■ Exercise objective:
Only one stretch of the data below is needed. Output the lines from the one with "f 376 375 228" up to and including the one with "f 225 219 401", exactly as they stand.

[Stored items]
+ + + + + + +
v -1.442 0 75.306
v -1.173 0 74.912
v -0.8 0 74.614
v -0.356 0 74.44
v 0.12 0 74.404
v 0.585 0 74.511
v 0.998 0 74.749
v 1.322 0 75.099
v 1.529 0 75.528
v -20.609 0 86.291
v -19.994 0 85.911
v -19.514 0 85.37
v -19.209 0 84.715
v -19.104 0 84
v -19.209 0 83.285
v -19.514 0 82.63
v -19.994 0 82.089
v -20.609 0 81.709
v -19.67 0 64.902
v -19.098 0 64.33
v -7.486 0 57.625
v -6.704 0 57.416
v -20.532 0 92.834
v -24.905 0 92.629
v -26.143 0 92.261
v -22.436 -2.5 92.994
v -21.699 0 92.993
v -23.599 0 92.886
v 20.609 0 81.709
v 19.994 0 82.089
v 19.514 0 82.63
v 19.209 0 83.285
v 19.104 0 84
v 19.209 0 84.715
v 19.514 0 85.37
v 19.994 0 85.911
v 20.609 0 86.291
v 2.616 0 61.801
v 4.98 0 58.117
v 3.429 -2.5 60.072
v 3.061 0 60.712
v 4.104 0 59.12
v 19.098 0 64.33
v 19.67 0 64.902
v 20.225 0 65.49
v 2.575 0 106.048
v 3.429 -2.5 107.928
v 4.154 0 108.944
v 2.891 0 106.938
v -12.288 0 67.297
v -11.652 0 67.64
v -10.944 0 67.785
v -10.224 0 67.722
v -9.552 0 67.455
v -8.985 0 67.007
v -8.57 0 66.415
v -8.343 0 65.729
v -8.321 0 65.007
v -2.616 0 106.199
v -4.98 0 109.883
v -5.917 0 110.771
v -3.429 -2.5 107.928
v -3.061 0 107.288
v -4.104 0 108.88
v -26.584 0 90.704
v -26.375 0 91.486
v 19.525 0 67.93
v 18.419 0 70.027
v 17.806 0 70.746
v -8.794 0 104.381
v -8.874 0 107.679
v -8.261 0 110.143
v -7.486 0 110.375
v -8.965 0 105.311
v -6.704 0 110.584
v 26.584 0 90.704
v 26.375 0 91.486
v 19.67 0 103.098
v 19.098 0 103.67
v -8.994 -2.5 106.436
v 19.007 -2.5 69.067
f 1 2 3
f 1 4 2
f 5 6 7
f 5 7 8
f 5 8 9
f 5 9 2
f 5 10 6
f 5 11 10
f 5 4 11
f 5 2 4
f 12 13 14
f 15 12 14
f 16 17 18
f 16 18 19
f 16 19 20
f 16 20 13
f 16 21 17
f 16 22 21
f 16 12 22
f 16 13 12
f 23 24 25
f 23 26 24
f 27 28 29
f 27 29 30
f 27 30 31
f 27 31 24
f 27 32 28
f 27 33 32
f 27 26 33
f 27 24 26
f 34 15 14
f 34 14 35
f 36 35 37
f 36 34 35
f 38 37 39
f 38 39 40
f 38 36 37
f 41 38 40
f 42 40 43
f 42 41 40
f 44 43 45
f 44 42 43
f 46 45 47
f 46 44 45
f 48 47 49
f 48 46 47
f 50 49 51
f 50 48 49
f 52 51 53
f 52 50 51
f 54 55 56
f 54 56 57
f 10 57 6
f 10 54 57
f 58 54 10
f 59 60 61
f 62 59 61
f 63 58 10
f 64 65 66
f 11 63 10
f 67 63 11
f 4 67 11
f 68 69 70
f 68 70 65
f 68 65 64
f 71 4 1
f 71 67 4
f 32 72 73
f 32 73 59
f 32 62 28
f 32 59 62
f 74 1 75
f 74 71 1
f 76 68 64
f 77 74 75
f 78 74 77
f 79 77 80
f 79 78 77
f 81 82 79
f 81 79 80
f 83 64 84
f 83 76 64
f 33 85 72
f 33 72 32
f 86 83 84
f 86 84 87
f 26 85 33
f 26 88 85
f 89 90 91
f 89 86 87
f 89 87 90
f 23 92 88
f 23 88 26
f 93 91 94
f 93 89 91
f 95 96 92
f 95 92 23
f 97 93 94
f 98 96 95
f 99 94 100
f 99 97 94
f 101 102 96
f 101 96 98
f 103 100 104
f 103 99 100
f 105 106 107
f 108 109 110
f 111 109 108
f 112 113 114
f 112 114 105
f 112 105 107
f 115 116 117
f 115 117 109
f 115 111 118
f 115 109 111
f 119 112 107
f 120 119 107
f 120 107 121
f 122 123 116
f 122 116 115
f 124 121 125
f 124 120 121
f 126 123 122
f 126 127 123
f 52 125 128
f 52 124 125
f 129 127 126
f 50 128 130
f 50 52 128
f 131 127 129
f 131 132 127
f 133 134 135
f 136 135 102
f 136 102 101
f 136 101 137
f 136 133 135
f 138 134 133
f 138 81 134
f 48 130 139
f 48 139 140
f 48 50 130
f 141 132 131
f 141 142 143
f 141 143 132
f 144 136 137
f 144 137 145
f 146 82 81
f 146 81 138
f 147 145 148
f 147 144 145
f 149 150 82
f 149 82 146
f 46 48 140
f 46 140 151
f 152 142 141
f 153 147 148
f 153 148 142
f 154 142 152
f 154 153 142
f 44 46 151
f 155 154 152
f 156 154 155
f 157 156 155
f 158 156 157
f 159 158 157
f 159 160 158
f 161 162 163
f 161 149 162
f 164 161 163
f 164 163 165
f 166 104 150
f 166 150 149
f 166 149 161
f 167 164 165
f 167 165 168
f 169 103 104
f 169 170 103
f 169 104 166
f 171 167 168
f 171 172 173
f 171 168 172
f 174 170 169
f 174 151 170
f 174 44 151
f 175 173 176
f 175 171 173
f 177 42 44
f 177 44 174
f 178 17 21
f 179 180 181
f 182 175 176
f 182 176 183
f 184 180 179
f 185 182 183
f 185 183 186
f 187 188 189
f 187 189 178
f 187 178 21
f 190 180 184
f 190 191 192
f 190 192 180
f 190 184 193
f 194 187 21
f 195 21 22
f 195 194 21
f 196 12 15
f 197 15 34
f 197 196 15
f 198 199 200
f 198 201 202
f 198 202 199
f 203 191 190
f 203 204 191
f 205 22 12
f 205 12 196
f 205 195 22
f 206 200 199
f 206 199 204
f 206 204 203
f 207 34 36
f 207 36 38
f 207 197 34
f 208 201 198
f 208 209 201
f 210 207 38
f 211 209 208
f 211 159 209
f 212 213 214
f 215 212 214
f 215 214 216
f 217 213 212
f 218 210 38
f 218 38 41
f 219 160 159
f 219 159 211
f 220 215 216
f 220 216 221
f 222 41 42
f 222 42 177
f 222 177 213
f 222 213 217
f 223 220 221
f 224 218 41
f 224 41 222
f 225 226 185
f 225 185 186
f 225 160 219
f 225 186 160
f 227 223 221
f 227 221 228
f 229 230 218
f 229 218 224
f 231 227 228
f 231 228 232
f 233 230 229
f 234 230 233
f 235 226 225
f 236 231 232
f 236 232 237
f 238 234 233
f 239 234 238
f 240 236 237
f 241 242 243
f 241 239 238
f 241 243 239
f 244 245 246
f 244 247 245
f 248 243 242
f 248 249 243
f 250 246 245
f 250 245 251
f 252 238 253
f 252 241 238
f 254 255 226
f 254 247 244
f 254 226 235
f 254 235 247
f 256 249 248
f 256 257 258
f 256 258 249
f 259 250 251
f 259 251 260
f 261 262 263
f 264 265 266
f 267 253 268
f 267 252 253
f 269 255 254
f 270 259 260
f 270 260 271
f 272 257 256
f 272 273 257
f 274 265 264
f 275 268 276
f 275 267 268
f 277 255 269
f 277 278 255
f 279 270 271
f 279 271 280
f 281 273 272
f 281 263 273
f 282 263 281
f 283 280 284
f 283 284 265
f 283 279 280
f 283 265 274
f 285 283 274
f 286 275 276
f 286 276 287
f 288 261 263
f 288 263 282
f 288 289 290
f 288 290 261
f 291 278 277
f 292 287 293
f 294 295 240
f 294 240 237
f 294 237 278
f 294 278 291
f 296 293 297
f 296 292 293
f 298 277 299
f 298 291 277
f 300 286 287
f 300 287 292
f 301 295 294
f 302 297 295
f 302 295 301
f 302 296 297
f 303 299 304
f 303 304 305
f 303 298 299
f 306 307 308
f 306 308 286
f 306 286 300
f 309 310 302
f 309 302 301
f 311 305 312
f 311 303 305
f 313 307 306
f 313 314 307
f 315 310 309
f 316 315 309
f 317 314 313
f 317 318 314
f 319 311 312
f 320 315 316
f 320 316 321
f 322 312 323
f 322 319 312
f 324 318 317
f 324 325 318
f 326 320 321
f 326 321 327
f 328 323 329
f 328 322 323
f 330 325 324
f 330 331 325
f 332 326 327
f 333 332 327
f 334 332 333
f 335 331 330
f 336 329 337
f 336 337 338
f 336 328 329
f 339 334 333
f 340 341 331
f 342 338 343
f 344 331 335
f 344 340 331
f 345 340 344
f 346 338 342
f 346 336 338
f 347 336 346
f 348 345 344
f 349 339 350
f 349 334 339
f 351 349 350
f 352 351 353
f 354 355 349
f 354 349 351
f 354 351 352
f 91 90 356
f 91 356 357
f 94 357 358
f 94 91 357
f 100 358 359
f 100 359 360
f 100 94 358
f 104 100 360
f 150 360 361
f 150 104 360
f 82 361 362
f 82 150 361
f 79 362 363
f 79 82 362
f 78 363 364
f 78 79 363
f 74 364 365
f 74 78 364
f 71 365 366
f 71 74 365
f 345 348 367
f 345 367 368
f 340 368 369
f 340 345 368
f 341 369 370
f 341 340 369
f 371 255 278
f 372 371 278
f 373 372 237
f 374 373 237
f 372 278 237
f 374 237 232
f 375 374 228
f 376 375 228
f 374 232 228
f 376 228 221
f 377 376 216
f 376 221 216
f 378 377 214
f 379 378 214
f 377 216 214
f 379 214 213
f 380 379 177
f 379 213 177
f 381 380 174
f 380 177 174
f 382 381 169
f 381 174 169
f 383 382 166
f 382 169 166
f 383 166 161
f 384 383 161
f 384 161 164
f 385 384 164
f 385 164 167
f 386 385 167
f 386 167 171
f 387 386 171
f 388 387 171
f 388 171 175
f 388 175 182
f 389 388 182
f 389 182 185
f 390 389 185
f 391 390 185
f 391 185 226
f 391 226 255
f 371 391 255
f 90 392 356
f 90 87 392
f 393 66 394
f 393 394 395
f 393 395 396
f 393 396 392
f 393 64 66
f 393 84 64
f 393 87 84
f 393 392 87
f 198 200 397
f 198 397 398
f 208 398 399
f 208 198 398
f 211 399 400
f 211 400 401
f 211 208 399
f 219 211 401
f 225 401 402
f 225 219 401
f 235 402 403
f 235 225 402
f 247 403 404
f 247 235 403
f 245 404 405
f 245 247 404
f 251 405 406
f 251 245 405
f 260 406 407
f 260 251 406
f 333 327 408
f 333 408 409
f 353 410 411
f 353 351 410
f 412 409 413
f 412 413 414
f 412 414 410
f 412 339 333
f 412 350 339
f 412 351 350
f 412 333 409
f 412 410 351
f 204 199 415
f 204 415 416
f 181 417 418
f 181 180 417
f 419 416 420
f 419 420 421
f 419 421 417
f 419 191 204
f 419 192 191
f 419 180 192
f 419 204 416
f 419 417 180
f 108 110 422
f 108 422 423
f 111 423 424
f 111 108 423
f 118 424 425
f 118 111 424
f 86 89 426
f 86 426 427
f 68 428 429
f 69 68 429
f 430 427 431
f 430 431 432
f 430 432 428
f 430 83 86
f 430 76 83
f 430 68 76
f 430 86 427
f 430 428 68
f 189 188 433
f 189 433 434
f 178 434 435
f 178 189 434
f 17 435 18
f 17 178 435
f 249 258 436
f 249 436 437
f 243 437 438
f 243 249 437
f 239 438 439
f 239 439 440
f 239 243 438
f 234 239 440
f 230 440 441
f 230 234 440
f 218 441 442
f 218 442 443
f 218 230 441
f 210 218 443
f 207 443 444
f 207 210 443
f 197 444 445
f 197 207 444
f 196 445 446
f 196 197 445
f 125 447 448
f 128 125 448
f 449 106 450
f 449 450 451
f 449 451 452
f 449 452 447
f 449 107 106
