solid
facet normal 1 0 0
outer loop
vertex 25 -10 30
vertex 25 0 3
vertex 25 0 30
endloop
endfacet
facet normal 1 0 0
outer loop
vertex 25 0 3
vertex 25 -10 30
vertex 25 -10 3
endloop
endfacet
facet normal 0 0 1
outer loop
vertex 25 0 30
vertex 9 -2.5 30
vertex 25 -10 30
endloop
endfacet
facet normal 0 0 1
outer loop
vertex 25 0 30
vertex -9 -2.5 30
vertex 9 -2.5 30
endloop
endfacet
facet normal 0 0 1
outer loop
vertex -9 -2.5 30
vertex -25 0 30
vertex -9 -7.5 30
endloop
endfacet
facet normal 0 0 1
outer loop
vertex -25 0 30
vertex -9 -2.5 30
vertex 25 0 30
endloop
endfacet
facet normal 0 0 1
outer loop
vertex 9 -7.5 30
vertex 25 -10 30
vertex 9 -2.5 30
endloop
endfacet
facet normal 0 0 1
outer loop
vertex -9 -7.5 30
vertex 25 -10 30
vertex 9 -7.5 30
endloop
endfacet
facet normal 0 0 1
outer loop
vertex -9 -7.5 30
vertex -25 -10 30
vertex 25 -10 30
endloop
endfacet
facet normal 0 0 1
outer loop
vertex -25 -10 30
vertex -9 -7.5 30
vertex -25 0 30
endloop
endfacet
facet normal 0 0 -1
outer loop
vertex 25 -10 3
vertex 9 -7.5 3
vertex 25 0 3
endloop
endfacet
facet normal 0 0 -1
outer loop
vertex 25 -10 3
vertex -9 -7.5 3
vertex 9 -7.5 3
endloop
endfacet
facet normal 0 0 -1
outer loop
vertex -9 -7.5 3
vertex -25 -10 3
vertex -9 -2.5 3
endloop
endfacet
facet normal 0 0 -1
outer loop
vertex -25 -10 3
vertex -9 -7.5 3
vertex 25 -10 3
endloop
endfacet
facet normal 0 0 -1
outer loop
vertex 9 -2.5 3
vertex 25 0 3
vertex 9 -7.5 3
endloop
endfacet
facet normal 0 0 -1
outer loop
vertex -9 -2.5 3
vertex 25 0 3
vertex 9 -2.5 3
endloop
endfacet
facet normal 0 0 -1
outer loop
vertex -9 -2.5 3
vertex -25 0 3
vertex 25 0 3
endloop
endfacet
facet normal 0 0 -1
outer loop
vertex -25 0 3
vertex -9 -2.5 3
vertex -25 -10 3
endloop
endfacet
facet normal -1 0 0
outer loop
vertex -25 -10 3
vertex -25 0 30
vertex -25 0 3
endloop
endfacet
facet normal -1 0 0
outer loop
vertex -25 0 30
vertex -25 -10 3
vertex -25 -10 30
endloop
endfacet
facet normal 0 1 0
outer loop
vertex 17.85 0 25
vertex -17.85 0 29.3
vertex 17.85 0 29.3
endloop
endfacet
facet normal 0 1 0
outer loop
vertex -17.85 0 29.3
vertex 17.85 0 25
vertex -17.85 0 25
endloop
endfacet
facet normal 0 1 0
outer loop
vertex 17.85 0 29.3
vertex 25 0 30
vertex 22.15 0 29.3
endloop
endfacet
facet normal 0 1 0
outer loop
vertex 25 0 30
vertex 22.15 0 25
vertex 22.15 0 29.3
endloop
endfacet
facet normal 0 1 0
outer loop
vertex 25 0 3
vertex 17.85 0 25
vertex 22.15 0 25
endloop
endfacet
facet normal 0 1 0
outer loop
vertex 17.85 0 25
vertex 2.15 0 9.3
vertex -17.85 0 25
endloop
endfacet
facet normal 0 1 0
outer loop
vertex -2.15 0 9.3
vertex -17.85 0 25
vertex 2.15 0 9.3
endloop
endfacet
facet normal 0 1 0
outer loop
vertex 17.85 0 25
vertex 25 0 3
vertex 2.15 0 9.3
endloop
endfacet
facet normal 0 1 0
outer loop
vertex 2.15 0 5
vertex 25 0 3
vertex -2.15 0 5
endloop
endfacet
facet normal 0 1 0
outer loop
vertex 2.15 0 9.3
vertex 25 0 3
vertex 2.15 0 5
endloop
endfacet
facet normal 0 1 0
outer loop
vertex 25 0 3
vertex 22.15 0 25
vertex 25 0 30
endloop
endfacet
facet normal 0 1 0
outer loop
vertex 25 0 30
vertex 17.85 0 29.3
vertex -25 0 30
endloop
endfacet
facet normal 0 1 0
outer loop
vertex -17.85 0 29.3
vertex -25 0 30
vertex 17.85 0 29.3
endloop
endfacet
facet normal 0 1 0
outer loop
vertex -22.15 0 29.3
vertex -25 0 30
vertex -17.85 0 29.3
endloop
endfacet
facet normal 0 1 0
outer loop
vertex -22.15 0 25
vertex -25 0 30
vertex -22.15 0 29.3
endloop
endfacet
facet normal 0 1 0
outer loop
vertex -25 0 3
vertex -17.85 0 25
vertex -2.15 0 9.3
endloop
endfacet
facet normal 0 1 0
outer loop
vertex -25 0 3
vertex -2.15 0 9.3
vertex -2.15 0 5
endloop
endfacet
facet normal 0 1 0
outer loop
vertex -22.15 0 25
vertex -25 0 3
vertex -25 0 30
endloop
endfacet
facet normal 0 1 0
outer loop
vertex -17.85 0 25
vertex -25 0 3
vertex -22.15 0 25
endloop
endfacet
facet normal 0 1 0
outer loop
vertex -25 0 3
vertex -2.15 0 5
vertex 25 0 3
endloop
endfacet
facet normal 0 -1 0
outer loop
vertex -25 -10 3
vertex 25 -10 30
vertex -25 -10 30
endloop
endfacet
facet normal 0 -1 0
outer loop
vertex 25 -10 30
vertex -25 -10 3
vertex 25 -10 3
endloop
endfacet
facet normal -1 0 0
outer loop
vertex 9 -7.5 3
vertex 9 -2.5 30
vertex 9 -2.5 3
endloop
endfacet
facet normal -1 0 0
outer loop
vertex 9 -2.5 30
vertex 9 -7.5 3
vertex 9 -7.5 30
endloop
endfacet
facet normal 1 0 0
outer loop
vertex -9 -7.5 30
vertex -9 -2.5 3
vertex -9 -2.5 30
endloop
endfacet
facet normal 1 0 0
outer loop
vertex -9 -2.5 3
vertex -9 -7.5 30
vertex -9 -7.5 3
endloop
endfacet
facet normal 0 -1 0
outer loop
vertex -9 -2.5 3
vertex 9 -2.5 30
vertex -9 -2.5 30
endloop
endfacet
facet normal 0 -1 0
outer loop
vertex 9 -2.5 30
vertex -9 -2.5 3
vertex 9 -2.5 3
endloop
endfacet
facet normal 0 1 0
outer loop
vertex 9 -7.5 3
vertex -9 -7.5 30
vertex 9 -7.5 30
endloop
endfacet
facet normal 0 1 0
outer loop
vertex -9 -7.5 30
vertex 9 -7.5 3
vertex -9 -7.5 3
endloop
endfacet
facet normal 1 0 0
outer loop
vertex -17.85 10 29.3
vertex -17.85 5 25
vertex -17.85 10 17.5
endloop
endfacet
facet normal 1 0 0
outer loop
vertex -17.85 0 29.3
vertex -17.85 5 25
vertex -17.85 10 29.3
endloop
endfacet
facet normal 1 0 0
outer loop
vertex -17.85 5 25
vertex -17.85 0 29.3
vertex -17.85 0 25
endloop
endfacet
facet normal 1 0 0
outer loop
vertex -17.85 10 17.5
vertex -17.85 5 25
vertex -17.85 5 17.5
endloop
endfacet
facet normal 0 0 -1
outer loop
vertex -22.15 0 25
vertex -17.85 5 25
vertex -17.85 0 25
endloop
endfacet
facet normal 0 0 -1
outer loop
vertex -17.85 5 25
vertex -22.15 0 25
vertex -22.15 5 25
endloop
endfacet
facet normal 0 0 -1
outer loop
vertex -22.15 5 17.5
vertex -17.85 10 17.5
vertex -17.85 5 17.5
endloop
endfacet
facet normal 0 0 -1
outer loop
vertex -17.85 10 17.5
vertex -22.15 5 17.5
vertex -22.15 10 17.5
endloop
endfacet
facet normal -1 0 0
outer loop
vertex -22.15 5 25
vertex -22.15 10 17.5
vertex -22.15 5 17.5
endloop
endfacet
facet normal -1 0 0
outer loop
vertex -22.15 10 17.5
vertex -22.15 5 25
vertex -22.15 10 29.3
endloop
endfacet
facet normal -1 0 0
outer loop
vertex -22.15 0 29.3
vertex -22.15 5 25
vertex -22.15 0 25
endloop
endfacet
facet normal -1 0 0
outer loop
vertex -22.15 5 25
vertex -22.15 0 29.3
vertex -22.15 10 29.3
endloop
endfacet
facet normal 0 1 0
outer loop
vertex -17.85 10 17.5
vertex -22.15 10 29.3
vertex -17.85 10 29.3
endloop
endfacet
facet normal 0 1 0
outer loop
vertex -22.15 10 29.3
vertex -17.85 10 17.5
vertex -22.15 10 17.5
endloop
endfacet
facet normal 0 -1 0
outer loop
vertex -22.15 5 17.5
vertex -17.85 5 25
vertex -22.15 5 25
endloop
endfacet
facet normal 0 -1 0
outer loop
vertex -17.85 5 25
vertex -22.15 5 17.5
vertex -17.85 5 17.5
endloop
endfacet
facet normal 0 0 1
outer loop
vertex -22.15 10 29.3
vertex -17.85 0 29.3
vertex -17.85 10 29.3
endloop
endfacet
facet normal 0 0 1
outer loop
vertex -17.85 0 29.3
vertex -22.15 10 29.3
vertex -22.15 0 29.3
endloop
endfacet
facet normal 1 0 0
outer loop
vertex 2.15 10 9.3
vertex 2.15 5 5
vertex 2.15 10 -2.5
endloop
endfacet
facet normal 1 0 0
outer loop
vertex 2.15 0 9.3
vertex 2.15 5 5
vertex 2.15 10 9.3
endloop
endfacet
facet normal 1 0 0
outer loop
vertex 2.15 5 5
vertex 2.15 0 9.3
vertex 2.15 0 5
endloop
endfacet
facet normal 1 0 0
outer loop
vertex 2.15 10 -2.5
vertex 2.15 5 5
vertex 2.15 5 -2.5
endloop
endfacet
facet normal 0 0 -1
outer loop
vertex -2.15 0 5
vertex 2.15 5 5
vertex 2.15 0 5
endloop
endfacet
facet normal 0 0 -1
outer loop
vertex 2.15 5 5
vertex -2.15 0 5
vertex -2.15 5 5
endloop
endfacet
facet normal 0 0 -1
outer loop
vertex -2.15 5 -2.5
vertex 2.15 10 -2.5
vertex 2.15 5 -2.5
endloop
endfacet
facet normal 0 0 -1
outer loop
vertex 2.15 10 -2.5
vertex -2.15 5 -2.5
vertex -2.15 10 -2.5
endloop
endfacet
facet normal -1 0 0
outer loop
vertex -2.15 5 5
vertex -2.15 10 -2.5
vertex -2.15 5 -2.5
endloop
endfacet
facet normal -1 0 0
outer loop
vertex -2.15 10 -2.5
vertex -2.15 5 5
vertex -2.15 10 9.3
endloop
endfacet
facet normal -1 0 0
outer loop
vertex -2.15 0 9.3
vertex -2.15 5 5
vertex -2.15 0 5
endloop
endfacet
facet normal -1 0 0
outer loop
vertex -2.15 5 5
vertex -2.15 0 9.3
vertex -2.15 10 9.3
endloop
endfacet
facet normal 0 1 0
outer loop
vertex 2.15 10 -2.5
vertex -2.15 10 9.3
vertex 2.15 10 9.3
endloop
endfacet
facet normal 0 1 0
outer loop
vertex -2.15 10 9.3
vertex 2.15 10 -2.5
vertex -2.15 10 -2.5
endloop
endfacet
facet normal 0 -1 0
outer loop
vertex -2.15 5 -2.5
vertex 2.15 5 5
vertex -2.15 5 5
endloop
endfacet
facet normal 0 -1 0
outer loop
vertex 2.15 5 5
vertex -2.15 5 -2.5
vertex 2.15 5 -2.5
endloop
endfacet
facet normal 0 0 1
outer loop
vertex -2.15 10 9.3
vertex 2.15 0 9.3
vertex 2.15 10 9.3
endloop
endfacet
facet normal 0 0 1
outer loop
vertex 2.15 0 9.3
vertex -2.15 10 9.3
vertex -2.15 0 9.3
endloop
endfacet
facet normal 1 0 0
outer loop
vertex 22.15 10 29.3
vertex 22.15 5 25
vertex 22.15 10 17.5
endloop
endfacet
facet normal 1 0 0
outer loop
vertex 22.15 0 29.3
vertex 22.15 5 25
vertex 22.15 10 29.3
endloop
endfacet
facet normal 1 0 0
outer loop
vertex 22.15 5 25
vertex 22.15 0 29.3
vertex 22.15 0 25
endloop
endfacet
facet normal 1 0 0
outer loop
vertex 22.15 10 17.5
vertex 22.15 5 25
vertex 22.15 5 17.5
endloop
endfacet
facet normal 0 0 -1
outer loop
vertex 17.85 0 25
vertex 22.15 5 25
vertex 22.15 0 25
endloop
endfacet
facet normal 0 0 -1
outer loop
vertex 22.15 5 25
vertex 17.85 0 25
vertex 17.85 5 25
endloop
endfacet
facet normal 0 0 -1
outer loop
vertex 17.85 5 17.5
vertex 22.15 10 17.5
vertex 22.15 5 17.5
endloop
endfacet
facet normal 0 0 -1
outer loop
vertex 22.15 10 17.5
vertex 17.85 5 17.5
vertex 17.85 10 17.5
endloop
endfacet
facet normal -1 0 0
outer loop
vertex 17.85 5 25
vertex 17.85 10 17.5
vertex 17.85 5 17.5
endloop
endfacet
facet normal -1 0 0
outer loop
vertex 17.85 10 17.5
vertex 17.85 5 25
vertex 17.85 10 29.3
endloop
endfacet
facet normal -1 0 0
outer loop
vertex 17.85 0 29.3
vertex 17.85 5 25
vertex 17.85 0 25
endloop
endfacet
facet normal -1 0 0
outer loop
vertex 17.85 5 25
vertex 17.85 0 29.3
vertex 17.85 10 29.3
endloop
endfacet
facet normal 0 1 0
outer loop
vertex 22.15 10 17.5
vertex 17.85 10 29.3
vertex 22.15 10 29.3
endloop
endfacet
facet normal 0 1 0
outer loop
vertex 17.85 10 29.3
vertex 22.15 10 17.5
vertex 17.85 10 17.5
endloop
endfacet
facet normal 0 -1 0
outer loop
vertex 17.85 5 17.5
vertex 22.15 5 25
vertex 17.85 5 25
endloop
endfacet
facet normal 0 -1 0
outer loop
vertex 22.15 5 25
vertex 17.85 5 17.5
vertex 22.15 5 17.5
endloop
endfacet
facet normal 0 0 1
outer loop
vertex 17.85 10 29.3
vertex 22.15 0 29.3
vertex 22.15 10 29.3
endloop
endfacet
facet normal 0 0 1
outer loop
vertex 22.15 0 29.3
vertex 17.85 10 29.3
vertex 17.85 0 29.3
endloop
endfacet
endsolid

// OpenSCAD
// file: ../../modules/skadis.scad
ikea_skadis_hole_w = 4.3;
ikea_skadis_hook_depth = 5;
ikea_skadis_hole_h = 7.5;
ikea_skadis_holes_dist = 80;
ikea_skadis_holes_horiz_dist = 40;

module skadis_hook() {
    color("green")
    translate([0,ikea_skadis_hook_depth,-ikea_skadis_hole_h]) cube([ikea_skadis_hole_w,ikea_skadis_hook_depth,ikea_skadis_hole_h ]);

    color("violet")
    translate([0,0,0]) cube([ikea_skadis_hole_w,ikea_skadis_hook_depth*2,ikea_skadis_hole_w ]);
}

module skadis_double_hooks() {
    skadis_hook();
    
    translate([0,0,ikea_skadis_holes_dist]) skadis_hook();
    
    color("yellow")
    translate([0,-ikea_skadis_hook_depth,0])
    cube([ikea_skadis_hole_w,ikea_skadis_hook_depth,ikea_skadis_holes_dist + ikea_skadis_hole_w]);
}

module skadis_triple_horiz_hooks() {
    translate([-20 - ikea_skadis_hole_w / 2,0,0]) union() {
        skadis_hook();
        translate([20,0,-20]) skadis_hook();
        translate([40,0,0]) skadis_hook();
    }
}

//skadis_double_hooks();
//skadis_triple_horiz_hooks();
// main file
include <../../modules/skadis.scad>;


difference() {
    translate([-50/2,-10,3]) cube([50,10,27]);
    translate([-18/2,-5 - 2.5,-1]) cube([18,5,35]);
}

translate([0,0,25]) skadis_triple_horiz_hooks();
+ + + + + + +
■ Exercise result:
f 376 375 228
f 374 232 228
f 376 228 221
f 377 376 216
f 376 221 216
f 378 377 214
f 379 378 214
f 377 216 214
f 379 214 213
f 380 379 177
f 379 213 177
f 381 380 174
f 380 177 174
f 382 381 169
f 381 174 169
f 383 382 166
f 382 169 166
f 383 166 161
f 384 383 161
f 384 161 164
f 385 384 164
f 385 164 167
f 386 385 167
f 386 167 171
f 387 386 171
f 388 387 171
f 388 171 175
f 388 175 182
f 389 388 182
f 389 182 185
f 390 389 185
f 391 390 185
f 391 185 226
f 391 226 255
f 371 391 255
f 90 392 356
f 90 87 392
f 393 66 394
f 393 394 395
f 393 395 396
f 393 396 392
f 393 64 66
f 393 84 64
f 393 87 84
f 393 392 87
f 198 200 397
f 198 397 398
f 208 398 399
f 208 198 398
f 211 399 400
f 211 400 401
f 211 208 399
f 219 211 401
f 225 401 402
f 225 219 401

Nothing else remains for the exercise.